WHAT NEEDS TO BE DONE => Transcribe the lines from the start of the data below through the line with "# Esquisse2 → Enlèv. mat.-Extru.1 (cut)", word for word and nothing more.

DATA FOR THE TASK =>
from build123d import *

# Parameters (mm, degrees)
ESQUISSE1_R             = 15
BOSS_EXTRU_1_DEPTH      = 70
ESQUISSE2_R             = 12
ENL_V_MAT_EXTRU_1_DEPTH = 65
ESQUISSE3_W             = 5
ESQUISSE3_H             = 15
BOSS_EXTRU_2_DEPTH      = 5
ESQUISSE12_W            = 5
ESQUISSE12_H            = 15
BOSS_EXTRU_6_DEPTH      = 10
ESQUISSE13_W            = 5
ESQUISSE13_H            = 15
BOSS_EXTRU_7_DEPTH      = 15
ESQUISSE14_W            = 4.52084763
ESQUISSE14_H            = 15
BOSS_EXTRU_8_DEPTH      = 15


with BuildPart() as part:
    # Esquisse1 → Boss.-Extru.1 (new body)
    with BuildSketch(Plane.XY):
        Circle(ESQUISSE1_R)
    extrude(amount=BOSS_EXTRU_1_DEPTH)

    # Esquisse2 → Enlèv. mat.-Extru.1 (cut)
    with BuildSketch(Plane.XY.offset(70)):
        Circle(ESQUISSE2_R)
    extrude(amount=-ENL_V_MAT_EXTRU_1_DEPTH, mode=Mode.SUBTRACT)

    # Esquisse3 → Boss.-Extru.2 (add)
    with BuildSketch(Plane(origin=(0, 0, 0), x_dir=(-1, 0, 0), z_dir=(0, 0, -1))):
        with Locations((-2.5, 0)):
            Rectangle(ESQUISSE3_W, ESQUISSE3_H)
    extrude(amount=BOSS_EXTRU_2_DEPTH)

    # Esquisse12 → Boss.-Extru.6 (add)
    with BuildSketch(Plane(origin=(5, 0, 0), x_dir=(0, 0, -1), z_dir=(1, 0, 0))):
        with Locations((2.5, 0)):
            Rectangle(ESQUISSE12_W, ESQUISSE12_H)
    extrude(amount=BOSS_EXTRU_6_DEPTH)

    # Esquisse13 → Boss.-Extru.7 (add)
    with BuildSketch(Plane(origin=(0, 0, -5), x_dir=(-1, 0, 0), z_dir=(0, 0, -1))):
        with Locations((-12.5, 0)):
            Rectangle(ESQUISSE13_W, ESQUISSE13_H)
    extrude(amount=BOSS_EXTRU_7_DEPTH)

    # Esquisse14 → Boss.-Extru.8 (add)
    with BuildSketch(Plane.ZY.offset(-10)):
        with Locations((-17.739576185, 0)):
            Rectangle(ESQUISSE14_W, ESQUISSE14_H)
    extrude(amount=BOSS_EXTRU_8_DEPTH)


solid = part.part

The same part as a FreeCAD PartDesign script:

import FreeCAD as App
import Part
import Sketcher
Q = App.Units.Quantity

doc = App.newDocument("Part")
body = doc.addObject("PartDesign::Body", "Body")

# Sketch on XY plane
sketch1 = body.newObject("Sketcher::SketchObject", "Sketch")
sketch1.AttachmentSupport = (doc.getObject("XY_Plane"), [""])
sketch1.MapMode = "FlatFace"
sketch1.addGeometry(Part.Circle(App.Vector(0, 0, 0), App.Vector(0, 0, 1), 15), False)
sketch1.addConstraint([
    Sketcher.Constraint("Coincident", 0, 3, -1, 1),
    Sketcher.Constraint("Diameter", 0, Q("30 mm")),
])
pad1 = body.newObject("PartDesign::Pad", "Pad")
pad1.Profile = sketch1
pad1.Length = 70

# Sketch on XY plane
sketch2 = body.newObject("Sketcher::SketchObject", "Sketch001")
sketch2.AttachmentSupport = (doc.getObject("XY_Plane"), [""])
sketch2.MapMode = "FlatFace"
sketch2.AttachmentOffset = App.Placement(App.Vector(0, 0, 70), App.Rotation())
sketch2.addGeometry(Part.Circle(App.Vector(0, 0, 0), App.Vector(0, 0, 1), 12), False)
sketch2.addConstraint([
    Sketcher.Constraint("Coincident", 0, 3, -1, 1),
    Sketcher.Constraint("Diameter", 0, Q("24 mm")),
])
pocket1 = body.newObject("PartDesign::Pocket", "Pocket")
pocket1.Profile = sketch2
pocket1.Length = 65

# Sketch on XY plane
sketch3 = body.newObject("Sketcher::SketchObject", "Sketch002")
sketch3.AttachmentSupport = (doc.getObject("XY_Plane"), [""])
sketch3.MapMode = "FlatFace"
sketch3.addGeometry([
    Part.LineSegment(App.Vector(5, 8, 0), App.Vector(5, -8, 0)),
    Part.LineSegment(App.Vector(5, -8, 0), App.Vector(0, -8, 0)),
    Part.LineSegment(App.Vector(0, -8, 0), App.Vector(0, 8, 0)),
    Part.LineSegment(App.Vector(0, 8, 0), App.Vector(5, 8, 0)),
], False)
sketch3.addConstraint([
    Sketcher.Constraint("Coincident", 0, 2, 1, 1),
    Sketcher.Constraint("Coincident", 1, 2, 2, 1),
    Sketcher.Constraint("Coincident", 2, 2, 3, 1),
    Sketcher.Constraint("Coincident", 3, 2, 0, 1),
    Sketcher.Constraint("Vertical", 0),
    Sketcher.Constraint("Horizontal", 1),
    Sketcher.Constraint("Vertical", 2),
    Sketcher.Constraint("Horizontal", 3),
    Sketcher.Constraint("Symmetric", 1, 2, 2, 2, -1, 1),
    Sketcher.Constraint("DistanceX", 1, 2, 1, 1, Q("5 mm")),
    Sketcher.Constraint("DistanceY", 0, 2, 0, 1, Q("15 mm")),
])
pad2 = body.newObject("PartDesign::Pad", "Pad001")
pad2.Profile = sketch3
pad2.Length = 5
pad2.Reversed = True

# Sketch on YZ plane
sketch4 = body.newObject("Sketcher::SketchObject", "Sketch003")
sketch4.AttachmentSupport = (doc.getObject("YZ_Plane"), [""])
sketch4.MapMode = "FlatFace"
sketch4.AttachmentOffset = App.Placement(App.Vector(0, 0, 5), App.Rotation())
sketch4.addGeometry([
    Part.LineSegment(App.Vector(8, 0, 0), App.Vector(-8, 0, 0)),
    Part.LineSegment(App.Vector(-8, 0, 0), App.Vector(-8, -5, 0)),
    Part.LineSegment(App.Vector(-8, -5, 0), App.Vector(8, -5, 0)),
    Part.LineSegment(App.Vector(8, -5, 0), App.Vector(8, 0, 0)),
], False)
sketch4.addConstraint([
    Sketcher.Constraint("Coincident", 0, 2, 1, 1),
    Sketcher.Constraint("Coincident", 1, 2, 2, 1),
    Sketcher.Constraint("Coincident", 2, 2, 3, 1),
    Sketcher.Constraint("Coincident", 3, 2, 0, 1),
    Sketcher.Constraint("Horizontal", 0),
    Sketcher.Constraint("Vertical", 1),
    Sketcher.Constraint("Horizontal", 2),
    Sketcher.Constraint("Vertical", 3),
    Sketcher.Constraint("Symmetric", 0, 2, 3, 2, -1, 1),
    Sketcher.Constraint("DistanceX", 0, 2, 0, 1, Q("15 mm")),
    Sketcher.Constraint("DistanceY", 1, 2, 1, 1, Q("5 mm")),
])
pad3 = body.newObject("PartDesign::Pad", "Pad002")
pad3.Profile = sketch4
pad3.Length = 10

# Sketch on XY plane
sketch5 = body.newObject("Sketcher::SketchObject", "Sketch004")
sketch5.AttachmentSupport = (doc.getObject("XY_Plane"), [""])
sketch5.MapMode = "FlatFace"
sketch5.AttachmentOffset = App.Placement(App.Vector(0, 0, -5), App.Rotation())
sketch5.addGeometry([
    Part.LineSegment(App.Vector(15, 8, 0), App.Vector(15, -8, 0)),
    Part.LineSegment(App.Vector(15, -8, 0), App.Vector(10, -8, 0)),
    Part.LineSegment(App.Vector(10, -8, 0), App.Vector(10, 8, 0)),
    Part.LineSegment(App.Vector(10, 8, 0), App.Vector(15, 8, 0)),
], False)
sketch5.addConstraint([
    Sketcher.Constraint("Coincident", 0, 2, 1, 1),
    Sketcher.Constraint("Coincident", 1, 2, 2, 1),
    Sketcher.Constraint("Coincident", 2, 2, 3, 1),
    Sketcher.Constraint("Coincident", 3, 2, 0, 1),
    Sketcher.Constraint("Vertical", 0),
    Sketcher.Constraint("Horizontal", 1),
    Sketcher.Constraint("Vertical", 2),
    Sketcher.Constraint("Horizontal", 3),
    Sketcher.Constraint("DistanceX", 1, 2, 1, 1, Q("5 mm")),
    Sketcher.Constraint("DistanceY", 0, 2, 0, 1, Q("15 mm")),
    Sketcher.Constraint("DistanceX", -1, 1, 0, 2, Q("15 mm")),
    Sketcher.Constraint("DistanceY", 0, 2, -1, 1, Q("7.5 mm")),
])
pad4 = body.newObject("PartDesign::Pad", "Pad003")
pad4.Profile = sketch5
pad4.Length = 15
pad4.Reversed = True

# Sketch on YZ plane
sketch6 = body.newObject("Sketcher::SketchObject", "Sketch005")
sketch6.AttachmentSupport = (doc.getObject("YZ_Plane"), [""])
sketch6.MapMode = "FlatFace"
sketch6.AttachmentOffset = App.Placement(App.Vector(0, 0, 10), App.Rotation())
sketch6.addGeometry([
    Part.LineSegment(App.Vector(7.5, -20, 0), App.Vector(-7.5, -20, 0)),
    Part.LineSegment(App.Vector(-7.5, -20, 0), App.Vector(-7.5, -15.5, 0)),
    Part.LineSegment(App.Vector(-7.5, -15.5, 0), App.Vector(7.5, -15.5, 0)),
    Part.LineSegment(App.Vector(7.5, -15.5, 0), App.Vector(7.5, -20, 0)),
], False)
sketch6.addConstraint([
    Sketcher.Constraint("Coincident", 0, 2, 1, 1),
    Sketcher.Constraint("Coincident", 1, 2, 2, 1),
    Sketcher.Constraint("Coincident", 2, 2, 3, 1),
    Sketcher.Constraint("Coincident", 3, 2, 0, 1),
    Sketcher.Constraint("Horizontal", 0),
    Sketcher.Constraint("Vertical", 1),
    Sketcher.Constraint("Horizontal", 2),
    Sketcher.Constraint("Vertical", 3),
    Sketcher.Constraint("DistanceX", 0, 2, 0, 1, Q("15 mm")),
    Sketcher.Constraint("DistanceY", 0, 2, -1, 1, Q("20 mm")),
    Sketcher.Constraint("DistanceX", 0, 2, -1, 1, Q("7.5 mm")),
    Sketcher.Constraint("DistanceY", 1, 1, 1, 2, Q("4.520848 mm")),
])
pad5 = body.newObject("PartDesign::Pad", "Pad004")
pad5.Profile = sketch6
pad5.Length = 15
pad5.Reversed = True

doc.recompute()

REPLY TO THE EXERCISE =>
from build123d import *

# Parameters (mm, degrees)
ESQUISSE1_R             = 15
BOSS_EXTRU_1_DEPTH      = 70
ESQUISSE2_R             = 12
ENL_V_MAT_EXTRU_1_DEPTH = 65
ESQUISSE3_W             = 5
ESQUISSE3_H             = 15
BOSS_EXTRU_2_DEPTH      = 5
ESQUISSE12_W            = 5
ESQUISSE12_H            = 15
BOSS_EXTRU_6_DEPTH      = 10
ESQUISSE13_W            = 5
ESQUISSE13_H            = 15
BOSS_EXTRU_7_DEPTH      = 15
ESQUISSE14_W            = 4.52084763
ESQUISSE14_H            = 15
BOSS_EXTRU_8_DEPTH      = 15


with BuildPart() as part:
    # Esquisse1 → Boss.-Extru.1 (new body)
    with BuildSketch(Plane.XY):
        Circle(ESQUISSE1_R)
    extrude(amount=BOSS_EXTRU_1_DEPTH)

    # Esquisse2 → Enlèv. mat.-Extru.1 (cut)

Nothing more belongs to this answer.